- [Work instruction]:
Could you reproduce all of the records exactly?

- [Records supplied]:
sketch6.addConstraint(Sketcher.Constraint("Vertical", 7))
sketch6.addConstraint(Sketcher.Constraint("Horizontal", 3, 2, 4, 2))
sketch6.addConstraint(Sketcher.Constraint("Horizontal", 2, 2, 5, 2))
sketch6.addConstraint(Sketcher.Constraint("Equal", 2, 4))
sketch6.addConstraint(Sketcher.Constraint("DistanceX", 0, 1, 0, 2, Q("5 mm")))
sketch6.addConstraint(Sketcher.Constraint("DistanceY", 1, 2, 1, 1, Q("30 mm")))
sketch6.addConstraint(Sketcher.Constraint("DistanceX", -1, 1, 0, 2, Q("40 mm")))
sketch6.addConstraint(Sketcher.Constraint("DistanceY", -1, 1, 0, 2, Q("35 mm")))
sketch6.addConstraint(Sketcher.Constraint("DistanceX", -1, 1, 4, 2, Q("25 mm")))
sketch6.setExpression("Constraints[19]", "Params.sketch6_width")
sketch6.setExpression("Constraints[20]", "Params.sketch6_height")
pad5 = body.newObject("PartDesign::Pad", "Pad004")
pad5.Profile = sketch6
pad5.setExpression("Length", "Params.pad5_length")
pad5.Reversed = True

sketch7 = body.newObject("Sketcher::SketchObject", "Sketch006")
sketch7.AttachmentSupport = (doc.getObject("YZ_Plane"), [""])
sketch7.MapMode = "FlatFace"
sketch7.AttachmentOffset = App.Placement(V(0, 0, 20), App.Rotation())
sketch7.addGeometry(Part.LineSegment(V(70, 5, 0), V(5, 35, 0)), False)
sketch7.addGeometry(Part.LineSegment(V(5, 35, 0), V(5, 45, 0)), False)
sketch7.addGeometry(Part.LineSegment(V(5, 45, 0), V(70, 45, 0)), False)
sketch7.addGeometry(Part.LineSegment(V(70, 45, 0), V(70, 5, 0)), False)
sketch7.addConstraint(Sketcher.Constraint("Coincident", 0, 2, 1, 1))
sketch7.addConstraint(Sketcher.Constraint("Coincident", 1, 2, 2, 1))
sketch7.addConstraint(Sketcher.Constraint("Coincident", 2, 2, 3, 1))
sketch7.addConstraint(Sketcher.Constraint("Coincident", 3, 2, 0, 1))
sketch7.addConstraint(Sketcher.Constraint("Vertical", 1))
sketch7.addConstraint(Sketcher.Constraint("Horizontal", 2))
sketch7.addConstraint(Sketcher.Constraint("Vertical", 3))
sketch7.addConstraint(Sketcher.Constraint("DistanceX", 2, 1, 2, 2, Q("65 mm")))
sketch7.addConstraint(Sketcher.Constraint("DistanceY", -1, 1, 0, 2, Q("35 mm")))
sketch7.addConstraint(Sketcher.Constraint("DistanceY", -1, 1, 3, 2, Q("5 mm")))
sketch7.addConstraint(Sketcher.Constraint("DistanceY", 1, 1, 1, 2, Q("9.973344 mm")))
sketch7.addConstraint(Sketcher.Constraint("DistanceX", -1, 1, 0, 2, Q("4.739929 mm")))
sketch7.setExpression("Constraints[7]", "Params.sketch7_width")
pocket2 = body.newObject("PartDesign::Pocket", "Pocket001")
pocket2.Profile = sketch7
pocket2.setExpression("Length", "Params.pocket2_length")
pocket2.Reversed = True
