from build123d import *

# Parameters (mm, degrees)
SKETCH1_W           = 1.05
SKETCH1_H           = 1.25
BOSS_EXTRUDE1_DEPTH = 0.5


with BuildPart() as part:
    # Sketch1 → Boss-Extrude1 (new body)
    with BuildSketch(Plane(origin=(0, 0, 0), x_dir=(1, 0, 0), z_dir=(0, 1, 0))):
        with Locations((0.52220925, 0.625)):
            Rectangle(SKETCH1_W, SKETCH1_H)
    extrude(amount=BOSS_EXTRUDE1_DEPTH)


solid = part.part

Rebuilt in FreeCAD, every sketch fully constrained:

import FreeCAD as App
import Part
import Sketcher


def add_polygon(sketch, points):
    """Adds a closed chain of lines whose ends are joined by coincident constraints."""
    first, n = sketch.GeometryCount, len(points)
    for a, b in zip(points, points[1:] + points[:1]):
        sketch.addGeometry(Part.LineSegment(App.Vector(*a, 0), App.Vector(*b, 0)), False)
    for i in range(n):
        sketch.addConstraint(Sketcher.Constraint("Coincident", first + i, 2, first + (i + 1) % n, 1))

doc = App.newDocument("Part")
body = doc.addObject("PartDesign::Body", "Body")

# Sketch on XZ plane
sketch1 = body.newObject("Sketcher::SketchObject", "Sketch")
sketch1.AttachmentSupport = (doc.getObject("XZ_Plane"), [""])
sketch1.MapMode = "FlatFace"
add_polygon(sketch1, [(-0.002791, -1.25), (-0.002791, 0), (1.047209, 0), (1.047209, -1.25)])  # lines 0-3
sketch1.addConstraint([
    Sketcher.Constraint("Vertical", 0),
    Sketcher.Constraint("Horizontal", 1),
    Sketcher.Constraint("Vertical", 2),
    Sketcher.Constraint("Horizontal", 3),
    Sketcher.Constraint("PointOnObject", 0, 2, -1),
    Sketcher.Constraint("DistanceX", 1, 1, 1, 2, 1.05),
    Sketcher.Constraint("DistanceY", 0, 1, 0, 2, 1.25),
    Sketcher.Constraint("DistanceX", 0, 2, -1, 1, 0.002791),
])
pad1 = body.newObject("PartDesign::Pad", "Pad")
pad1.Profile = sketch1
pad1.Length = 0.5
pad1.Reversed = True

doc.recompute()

- [Exercise answer]:
sketch6.addConstraint(Sketcher.Constraint("Vertical", 7))
sketch6.addConstraint(Sketcher.Constraint("Horizontal", 3, 2, 4, 2))
sketch6.addConstraint(Sketcher.Constraint("Horizontal", 2, 2, 5, 2))
sketch6.addConstraint(Sketcher.Constraint("Equal", 2, 4))
sketch6.addConstraint(Sketcher.Constraint("DistanceX", 0, 1, 0, 2, Q("5 mm")))
sketch6.addConstraint(Sketcher.Constraint("DistanceY", 1, 2, 1, 1, Q("30 mm")))
sketch6.addConstraint(Sketcher.Constraint("DistanceX", -1, 1, 0, 2, Q("40 mm")))
sketch6.addConstraint(Sketcher.Constraint("DistanceY", -1, 1, 0, 2, Q("35 mm")))
sketch6.addConstraint(Sketcher.Constraint("DistanceX", -1, 1, 4, 2, Q("25 mm")))
sketch6.setExpression("Constraints[19]", "Params.sketch6_width")
sketch6.setExpression("Constraints[20]", "Params.sketch6_height")
pad5 = body.newObject("PartDesign::Pad", "Pad004")
pad5.Profile = sketch6
pad5.setExpression("Length", "Params.pad5_length")
pad5.Reversed = True

sketch7 = body.newObject("Sketcher::SketchObject", "Sketch006")
sketch7.AttachmentSupport = (doc.getObject("YZ_Plane"), [""])
sketch7.MapMode = "FlatFace"
sketch7.AttachmentOffset = App.Placement(V(0, 0, 20), App.Rotation())
sketch7.addGeometry(Part.LineSegment(V(70, 5, 0), V(5, 35, 0)), False)
sketch7.addGeometry(Part.LineSegment(V(5, 35, 0), V(5, 45, 0)), False)
sketch7.addGeometry(Part.LineSegment(V(5, 45, 0), V(70, 45, 0)), False)
sketch7.addGeometry(Part.LineSegment(V(70, 45, 0), V(70, 5, 0)), False)
sketch7.addConstraint(Sketcher.Constraint("Coincident", 0, 2, 1, 1))
sketch7.addConstraint(Sketcher.Constraint("Coincident", 1, 2, 2, 1))
sketch7.addConstraint(Sketcher.Constraint("Coincident", 2, 2, 3, 1))
sketch7.addConstraint(Sketcher.Constraint("Coincident", 3, 2, 0, 1))
sketch7.addConstraint(Sketcher.Constraint("Vertical", 1))
sketch7.addConstraint(Sketcher.Constraint("Horizontal", 2))
sketch7.addConstraint(Sketcher.Constraint("Vertical", 3))
sketch7.addConstraint(Sketcher.Constraint("DistanceX", 2, 1, 2, 2, Q("65 mm")))
sketch7.addConstraint(Sketcher.Constraint("DistanceY", -1, 1, 0, 2, Q("35 mm")))
sketch7.addConstraint(Sketcher.Constraint("DistanceY", -1, 1, 3, 2, Q("5 mm")))
sketch7.addConstraint(Sketcher.Constraint("DistanceY", 1, 1, 1, 2, Q("9.973344 mm")))
sketch7.addConstraint(Sketcher.Constraint("DistanceX", -1, 1, 0, 2, Q("4.739929 mm")))
sketch7.setExpression("Constraints[7]", "Params.sketch7_width")
pocket2 = body.newObject("PartDesign::Pocket", "Pocket001")
pocket2.Profile = sketch7
pocket2.setExpression("Length", "Params.pocket2_length")
pocket2.Reversed = True
from build123d import *

# Parameters (mm, degrees)
SKETCH1_W           = 1.05
SKETCH1_H           = 1.25
BOSS_EXTRUDE1_DEPTH = 0.5


with BuildPart() as part:
    # Sketch1 → Boss-Extrude1 (new body)
    with BuildSketch(Plane(origin=(0, 0, 0), x_dir=(1, 0, 0), z_dir=(0, 1, 0))):
        with Locations((0.52220925, 0.625)):
            Rectangle(SKETCH1_W, SKETCH1_H)
    extrude(amount=BOSS_EXTRUDE1_DEPTH)


solid = part.part

Rebuilt in FreeCAD, every sketch fully constrained:

import FreeCAD as App
import Part
import Sketcher


def add_polygon(sketch, points):
    """Adds a closed chain of lines whose ends are joined by coincident constraints."""
    first, n = sketch.GeometryCount, len(points)
    for a, b in zip(points, points[1:] + points[:1]):
        sketch.addGeometry(Part.LineSegment(App.Vector(*a, 0), App.Vector(*b, 0)), False)
    for i in range(n):
        sketch.addConstraint(Sketcher.Constraint("Coincident", first + i, 2, first + (i + 1) % n, 1))

doc = App.newDocument("Part")
body = doc.addObject("PartDesign::Body", "Body")

# Sketch on XZ plane
sketch1 = body.newObject("Sketcher::SketchObject", "Sketch")
sketch1.AttachmentSupport = (doc.getObject("XZ_Plane"), [""])
sketch1.MapMode = "FlatFace"
add_polygon(sketch1, [(-0.002791, -1.25), (-0.002791, 0), (1.047209, 0), (1.047209, -1.25)])  # lines 0-3
sketch1.addConstraint([
    Sketcher.Constraint("Vertical", 0),
    Sketcher.Constraint("Horizontal", 1),
    Sketcher.Constraint("Vertical", 2),
    Sketcher.Constraint("Horizontal", 3),
    Sketcher.Constraint("PointOnObject", 0, 2, -1),
    Sketcher.Constraint("DistanceX", 1, 1, 1, 2, 1.05),
    Sketcher.Constraint("DistanceY", 0, 1, 0, 2, 1.25),
    Sketcher.Constraint("DistanceX", 0, 2, -1, 1, 0.002791),
])
pad1 = body.newObject("PartDesign::Pad", "Pad")
pad1.Profile = sketch1
pad1.Length = 0.5
pad1.Reversed = True

doc.recompute()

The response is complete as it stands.